# OH MY GOSH HELP NEW FROG



## ArtTeacherFrogger (12 mo ago)

So! I have a solo tank with a solo Auratus. It’s been alone for as long as I’ve had it, since January of this year. I was misting the enclosure and noticed some movement and holy mother have mercy if there wasn’t ANOTHER FROG IN THERE!? It looks to me like a juvenile Anthony’s dart frog? But I don’t know what to do! I don’t have another enclosure ready, I’m building out my 40 gallon breeder but it’s a vert conversion and I don’t have the door yet. Please help. Should I just leave them both in the current viv? The Auratus is not stressed at all, they’re fat as butter. The juvenile is very active and eating fruit flies! The tank is an 18x18x12. This is the best picture I could get without stressing him out.


----------



## ArtTeacherFrogger (12 mo ago)

I must emphasize: I DID NOT put these frogs together. I thought I was buying a bioactive viv with one Auratus in it. And then all of a sudden, there’s a froglet in my tank from a totally different genus that seemingly spontaneously generated!


----------



## Scott (Feb 17, 2004)

Take a look at pictures of "Afrixalus" type frogs (African Reed Frogs). Search on the term Afrixalus and your frog shows up as one of the first images.


----------



## Socratic Monologue (Apr 7, 2018)

I'd personally relax and leave them together until you figure out what's the best long term plan. Any damage that will be done has been done.

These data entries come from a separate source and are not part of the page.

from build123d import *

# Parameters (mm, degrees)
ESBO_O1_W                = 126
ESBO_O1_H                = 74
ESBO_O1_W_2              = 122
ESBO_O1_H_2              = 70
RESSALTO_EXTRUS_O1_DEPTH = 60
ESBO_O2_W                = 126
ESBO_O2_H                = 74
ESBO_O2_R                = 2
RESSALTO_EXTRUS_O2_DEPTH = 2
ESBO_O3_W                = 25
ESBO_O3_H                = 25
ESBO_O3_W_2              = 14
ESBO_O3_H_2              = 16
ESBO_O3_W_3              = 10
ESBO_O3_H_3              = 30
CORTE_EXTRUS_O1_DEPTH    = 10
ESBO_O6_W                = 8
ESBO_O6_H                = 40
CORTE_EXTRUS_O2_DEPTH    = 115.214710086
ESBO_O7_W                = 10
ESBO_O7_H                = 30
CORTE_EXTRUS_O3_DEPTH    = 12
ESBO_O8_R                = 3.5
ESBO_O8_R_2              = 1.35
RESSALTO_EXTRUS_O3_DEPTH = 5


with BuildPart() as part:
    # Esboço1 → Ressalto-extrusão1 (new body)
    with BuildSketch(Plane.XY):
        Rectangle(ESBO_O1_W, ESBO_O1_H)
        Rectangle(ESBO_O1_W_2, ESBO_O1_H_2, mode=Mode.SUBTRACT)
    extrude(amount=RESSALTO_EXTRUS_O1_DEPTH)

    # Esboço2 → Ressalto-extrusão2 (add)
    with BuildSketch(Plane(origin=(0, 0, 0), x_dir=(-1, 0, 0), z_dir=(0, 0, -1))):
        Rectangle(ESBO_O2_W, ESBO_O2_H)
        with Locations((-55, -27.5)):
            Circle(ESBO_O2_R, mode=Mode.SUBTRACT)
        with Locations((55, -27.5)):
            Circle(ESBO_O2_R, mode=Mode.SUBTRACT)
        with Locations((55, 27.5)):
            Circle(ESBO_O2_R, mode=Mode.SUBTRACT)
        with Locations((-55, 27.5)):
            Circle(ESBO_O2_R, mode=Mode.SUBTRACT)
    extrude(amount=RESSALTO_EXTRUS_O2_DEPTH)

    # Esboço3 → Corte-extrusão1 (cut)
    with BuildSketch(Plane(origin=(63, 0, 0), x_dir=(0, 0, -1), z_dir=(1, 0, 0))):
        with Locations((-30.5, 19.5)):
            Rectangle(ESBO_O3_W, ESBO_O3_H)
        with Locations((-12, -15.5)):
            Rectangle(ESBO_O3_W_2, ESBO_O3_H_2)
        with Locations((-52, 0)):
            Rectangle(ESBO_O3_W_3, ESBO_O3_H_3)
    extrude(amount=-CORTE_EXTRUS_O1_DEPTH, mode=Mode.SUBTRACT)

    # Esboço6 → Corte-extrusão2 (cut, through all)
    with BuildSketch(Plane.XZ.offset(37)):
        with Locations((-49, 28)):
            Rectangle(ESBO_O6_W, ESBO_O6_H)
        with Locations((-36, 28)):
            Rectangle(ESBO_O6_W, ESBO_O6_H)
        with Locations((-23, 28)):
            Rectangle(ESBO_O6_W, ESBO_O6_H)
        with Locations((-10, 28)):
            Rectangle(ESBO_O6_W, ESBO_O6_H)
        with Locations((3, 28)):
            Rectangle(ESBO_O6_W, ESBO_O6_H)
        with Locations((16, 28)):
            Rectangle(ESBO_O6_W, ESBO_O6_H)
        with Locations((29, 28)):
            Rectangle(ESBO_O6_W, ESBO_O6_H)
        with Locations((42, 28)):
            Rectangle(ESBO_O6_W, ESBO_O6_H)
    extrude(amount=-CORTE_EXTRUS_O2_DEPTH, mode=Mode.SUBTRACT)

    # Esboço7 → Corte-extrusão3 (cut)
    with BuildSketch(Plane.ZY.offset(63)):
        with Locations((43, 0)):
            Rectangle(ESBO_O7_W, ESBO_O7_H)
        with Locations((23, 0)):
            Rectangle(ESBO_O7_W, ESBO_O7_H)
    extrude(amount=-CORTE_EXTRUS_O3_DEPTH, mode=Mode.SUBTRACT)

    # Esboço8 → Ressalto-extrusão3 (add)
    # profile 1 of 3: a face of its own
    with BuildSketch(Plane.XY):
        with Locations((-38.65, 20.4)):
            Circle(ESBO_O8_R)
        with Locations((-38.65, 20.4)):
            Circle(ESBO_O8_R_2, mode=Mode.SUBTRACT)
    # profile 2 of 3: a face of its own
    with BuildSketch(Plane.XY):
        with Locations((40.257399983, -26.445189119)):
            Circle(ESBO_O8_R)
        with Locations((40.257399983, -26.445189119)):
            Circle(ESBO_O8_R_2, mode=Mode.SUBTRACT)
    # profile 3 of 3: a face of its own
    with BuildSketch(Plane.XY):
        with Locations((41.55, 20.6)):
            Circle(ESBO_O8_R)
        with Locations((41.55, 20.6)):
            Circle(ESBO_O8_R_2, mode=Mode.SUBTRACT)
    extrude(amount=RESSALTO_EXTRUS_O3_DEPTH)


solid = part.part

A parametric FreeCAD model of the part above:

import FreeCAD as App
import Part
import Sketcher

V = App.Vector
Q = App.Units.Quantity

doc = App.newDocument("Part")
body = doc.addObject("PartDesign::Body", "Body")

sketch1 = body.newObject("Sketcher::SketchObject", "Sketch")
sketch1.AttachmentSupport = (doc.getObject("XY_Plane"), [""])
sketch1.MapMode = "FlatFace"
sketch1.addGeometry(Part.LineSegment(V(-63, 37, 0), V(-63, -37, 0)), False)
sketch1.addGeometry(Part.LineSegment(V(-63, -37, 0), V(63, -37, 0)), False)
sketch1.addGeometry(Part.LineSegment(V(63, -37, 0), V(63, 37, 0)), False)
sketch1.addGeometry(Part.LineSegment(V(63, 37, 0), V(-63, 37, 0)), False)
sketch1.addGeometry(Part.LineSegment(V(61, -35, 0), V(-61, -35, 0)), False)
sketch1.addGeometry(Part.LineSegment(V(-61, -35, 0), V(-61, 35, 0)), False)
sketch1.addGeometry(Part.LineSegment(V(-61, 35, 0), V(61, 35, 0)), False)
sketch1.addGeometry(Part.LineSegment(V(61, 35, 0), V(61, -35, 0)), False)
sketch1.addConstraint(Sketcher.Constraint("Coincident", 0, 2, 1, 1))
sketch1.addConstraint(Sketcher.Constraint("Coincident", 1, 2, 2, 1))
sketch1.addConstraint(Sketcher.Constraint("Coincident", 2, 2, 3, 1))
sketch1.addConstraint(Sketcher.Constraint("Coincident", 3, 2, 0, 1))
sketch1.addConstraint(Sketcher.Constraint("Coincident", 4, 2, 5, 1))
sketch1.addConstraint(Sketcher.Constraint("Coincident", 5, 2, 6, 1))
sketch1.addConstraint(Sketcher.Constraint("Coincident", 6, 2, 7, 1))
sketch1.addConstraint(Sketcher.Constraint("Coincident", 7, 2, 4, 1))
sketch1.addConstraint(Sketcher.Constraint("Vertical", 0))
sketch1.addConstraint(Sketcher.Constraint("Horizontal", 1))
sketch1.addConstraint(Sketcher.Constraint("Vertical", 2))
sketch1.addConstraint(Sketcher.Constraint("Horizontal", 3))
sketch1.addConstraint(Sketcher.Constraint("Horizontal", 4))
sketch1.addConstraint(Sketcher.Constraint("Vertical", 5))
sketch1.addConstraint(Sketcher.Constraint("Horizontal", 6))
sketch1.addConstraint(Sketcher.Constraint("Vertical", 7))
sketch1.addConstraint(Sketcher.Constraint("Symmetric", 0, 2, 2, 2, -1, 1))
sketch1.addConstraint(Sketcher.Constraint("Symmetric", 4, 2, 6, 2, -1, 1))
sketch1.addConstraint(Sketcher.Constraint("DistanceX", 1, 1, 1, 2, Q("126 mm")))
sketch1.addConstraint(Sketcher.Constraint("DistanceX", 4, 2, 4, 1, Q("122 mm")))
sketch1.addConstraint(Sketcher.Constraint("DistanceY", 0, 2, 0, 1, Q("74 mm")))
sketch1.addConstraint(Sketcher.Constraint("DistanceY", 5, 1, 5, 2, Q("70 mm")))
pad1 = body.newObject("PartDesign::Pad", "Pad")
pad1.Profile = sketch1
pad1.Length = 60

sketch2 = body.newObject("Sketcher::SketchObject", "Sketch001")
sketch2.AttachmentSupport = (doc.getObject("XY_Plane"), [""])
sketch2.MapMode = "FlatFace"
sketch2.addGeometry(Part.LineSegment(V(63, 37, 0), V(63, -37, 0)), False)
sketch2.addGeometry(Part.LineSegment(V(63, -37, 0), V(-63, -37, 0)), False)
sketch2.addGeometry(Part.LineSegment(V(-63, -37, 0), V(-63, 37, 0)), False)
sketch2.addGeometry(Part.LineSegment(V(-63, 37, 0), V(63, 37, 0)), False)
sketch2.addGeometry(Part.Circle(V(55, -27.5, 0), V(0, 0, 1), 2), False)
sketch2.addGeometry(Part.Circle(V(-55, -27.5, 0), V(0, 0, 1), 2), False)
sketch2.addGeometry(Part.Circle(V(55, 27.5, 0), V(0, 0, 1), 2), False)
sketch2.addGeometry(Part.Circle(V(-55, 27.5, 0), V(0, 0, 1), 2), False)
sketch2.addConstraint(Sketcher.Constraint("Coincident", 0, 2, 1, 1))
sketch2.addConstraint(Sketcher.Constraint("Coincident", 1, 2, 2, 1))
sketch2.addConstraint(Sketcher.Constraint("Coincident", 2, 2, 3, 1))
sketch2.addConstraint(Sketcher.Constraint("Coincident", 3, 2, 0, 1))
sketch2.addConstraint(Sketcher.Constraint("Vertical", 0))
sketch2.addConstraint(Sketcher.Constraint("Horizontal", 1))
sketch2.addConstraint(Sketcher.Constraint("Vertical", 2))
sketch2.addConstraint(Sketcher.Constraint("Horizontal", 3))
sketch2.addConstraint(Sketcher.Constraint("Equal", 4, 5))
sketch2.addConstraint(Sketcher.Constraint("Equal", 5, 6))
sketch2.addConstraint(Sketcher.Constraint("Equal", 6, 7))
sketch2.addConstraint(Sketcher.Constraint("Symmetric", 5, 3, 6, 3, -1, 1))
sketch2.addConstraint(Sketcher.Constraint("Symmetric", 4, 3, 7, 3, -1, 1))
sketch2.addConstraint(Sketcher.Constraint("Symmetric", 0, 2, 2, 2, -1, 1))
sketch2.addConstraint(Sketcher.Constraint("Symmetric", 4, 3, 5, 3, -2))
sketch2.addConstraint(Sketcher.Constraint("Diameter", 4, Q("4 mm")))
sketch2.addConstraint(Sketcher.Constraint("DistanceX", 1, 2, 1, 1, Q("126 mm")))
sketch2.addConstraint(Sketcher.Constraint("DistanceY", 0, 2, 0, 1, Q("74 mm")))
sketch2.addConstraint(Sketcher.Constraint("DistanceX", -1, 1, 4, 3, Q("55 mm")))
sketch2.addConstraint(Sketcher.Constraint("DistanceY", 4, 3, 6, 3, Q("55 mm")))
pad2 = body.newObject("PartDesign::Pad", "Pad001")
pad2.Profile = sketch2
pad2.Length = 2
pad2.Reversed = True

sketch3 = body.newObject("Sketcher::SketchObject", "Sketch002")
sketch3.AttachmentSupport = (doc.getObject("YZ_Plane"), [""])
sketch3.MapMode = "FlatFace"
sketch3.AttachmentOffset = App.Placement(V(0, 0, 63), App.Rotation())
sketch3.addGeometry(Part.LineSegment(V(32, 43, 0), V(7, 43, 0)), False)
sketch3.addGeometry(Part.LineSegment(V(7, 43, 0), V(7, 18, 0)), False)
sketch3.addGeometry(Part.LineSegment(V(7, 18, 0), V(32, 18, 0)), False)
sketch3.addGeometry(Part.LineSegment(V(32, 18, 0), V(32, 43, 0)), False)
sketch3.addGeometry(Part.LineSegment(V(-8, 19, 0), V(-24, 19, 0)), False)
sketch3.addGeometry(Part.LineSegment(V(-24, 19, 0), V(-24, 5, 0)), False)
sketch3.addGeometry(Part.LineSegment(V(-24, 5, 0), V(-8, 5, 0)), False)
sketch3.addGeometry(Part.LineSegment(V(-8, 5, 0), V(-8, 19, 0)), False)
sketch3.addGeometry(Part.LineSegment(V(15, 57, 0), V(-15, 57, 0)), False)
sketch3.addGeometry(Part.LineSegment(V(-15, 57, 0), V(-15, 47, 0)), False)
sketch3.addGeometry(Part.LineSegment(V(-15, 47, 0), V(15, 47, 0)), False)
sketch3.addGeometry(Part.LineSegment(V(15, 47, 0), V(15, 57, 0)), False)
sketch3.addConstraint(Sketcher.Constraint("Coincident", 0, 2, 1, 1))
sketch3.addConstraint(Sketcher.Constraint("Coincident", 1, 2, 2, 1))
sketch3.addConstraint(Sketcher.Constraint("Coincident", 2, 2, 3, 1))
sketch3.addConstraint(Sketcher.Constraint("Coincident", 3, 2, 0, 1))
sketch3.addConstraint(Sketcher.Constraint("Coincident", 4, 2, 5, 1))
sketch3.addConstraint(Sketcher.Constraint("Coincident", 5, 2, 6, 1))
sketch3.addConstraint(Sketcher.Constraint("Coincident", 6, 2, 7, 1))
sketch3.addConstraint(Sketcher.Constraint("Coincident", 7, 2, 4, 1))
sketch3.addConstraint(Sketcher.Constraint("Coincident", 8, 2, 9, 1))
sketch3.addConstraint(Sketcher.Constraint("Coincident", 9, 2, 10, 1))
sketch3.addConstraint(Sketcher.Constraint("Coincident", 10, 2, 11, 1))
sketch3.addConstraint(Sketcher.Constraint("Coincident", 11, 2, 8, 1))
sketch3.addConstraint(Sketcher.Constraint("Horizontal", 0))
sketch3.addConstraint(Sketcher.Constraint("Vertical", 1))
sketch3.addConstraint(Sketcher.Constraint("Horizontal", 2))
sketch3.addConstraint(Sketcher.Constraint("Vertical", 3))
sketch3.addConstraint(Sketcher.Constraint("Horizontal", 4))
sketch3.addConstraint(Sketcher.Constraint("Vertical", 5))
sketch3.addConstraint(Sketcher.Constraint("Horizontal", 6))
sketch3.addConstraint(Sketcher.Constraint("Vertical", 7))
sketch3.addConstraint(Sketcher.Constraint("Horizontal", 8))
sketch3.addConstraint(Sketcher.Constraint("Vertical", 9))
sketch3.addConstraint(Sketcher.Constraint("Horizontal", 10))
sketch3.addConstraint(Sketcher.Constraint("Vertical", 11))
sketch3.addConstraint(Sketcher.Constraint("Equal", 2, 1))
sketch3.addConstraint(Sketcher.Constraint("DistanceX", 0, 2, 0, 1, Q("25 mm")))
sketch3.addConstraint(Sketcher.Constraint("DistanceX", 4, 2, 4, 1, Q("16 mm")))
sketch3.addConstraint(Sketcher.Constraint("DistanceX", 8, 2, 8, 1, Q("30 mm")))
sketch3.addConstraint(Sketcher.Constraint("DistanceY", 5, 2, 5, 1, Q("14 mm")))
sketch3.addConstraint(Sketcher.Constraint("DistanceY", 9, 2, 9, 1, Q("10 mm")))
sketch3.addConstraint(Sketcher.Constraint("DistanceX", -1, 1, 0, 2, Q("7 mm")))
sketch3.addConstraint(Sketcher.Constraint("DistanceY", -1, 1, 0, 2, Q("43 mm")))
sketch3.addConstraint(Sketcher.Constraint("DistanceY", -1, 1, 4, 2, Q("19 mm")))
sketch3.addConstraint(Sketcher.Constraint("DistanceX", 8, 2, -1, 1, Q("15 mm")))
sketch3.addConstraint(Sketcher.Constraint("DistanceY", -1, 1, 8, 2, Q("57 mm")))
sketch3.addConstraint(Sketcher.Constraint("DistanceX", 4, 2, -1, 1, Q("23.5 mm")))
pocket1 = body.newObject("PartDesign::Pocket", "Pocket")
pocket1.Profile = sketch3
pocket1.Length = 10

sketch4 = body.newObject("Sketcher::SketchObject", "Sketch003")
sketch4.AttachmentSupport = (doc.getObject("XZ_Plane"), [""])
sketch4.MapMode = "FlatFace"
sketch4.AttachmentOffset = App.Placement(V(0, 0, 37), App.Rotation())
sketch4.addGeometry(Part.LineSegment(V(-53, 48, 0), V(-53, 8, 0)), False)
sketch4.addGeometry(Part.LineSegment(V(-53, 8, 0), V(-45, 8, 0)), False)
sketch4.addGeometry(Part.LineSegment(V(-45, 8, 0), V(-45, 48, 0)), False)
sketch4.addGeometry(Part.LineSegment(V(-45, 48, 0), V(-53, 48, 0)), False)
sketch4.addGeometry(Part.LineSegment(V(-40, 48, 0), V(-40, 8, 0)), False)
sketch4.addGeometry(Part.LineSegment(V(-40, 8, 0), V(-32, 8, 0)), False)
sketch4.addGeometry(Part.LineSegment(V(-32, 8, 0), V(-32, 48, 0)), False)
sketch4.addGeometry(Part.LineSegment(V(-32, 48, 0), V(-40, 48, 0)), False)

This situation is an interesting example of why the too-common claim "it is OK to mix my own frogs since I'll just keep them labeled and inform future owners and if they crossbreed I'll keep the offspring forever" and whatever other naive stuff people trot out on this subject gets called out so harshly. Sorry you're a victim of someone else's bad husbandry, ArtTeacher.


----------



## ArtTeacherFrogger (12 mo ago)

I do believe you are right, it is a brown banana frog. I’m just shocked it managed to go unobserved for 6 months, though it is less than 3/4 in, very very small. I will talk to the store I got it from and see if they are interested in buying it from me, as I’m not really interested in keeping that type of frog. I’m certainly not going to house it in my custom 40 gallon tank. There seems to be almost no information on husbandry, anyone have any advice?


----------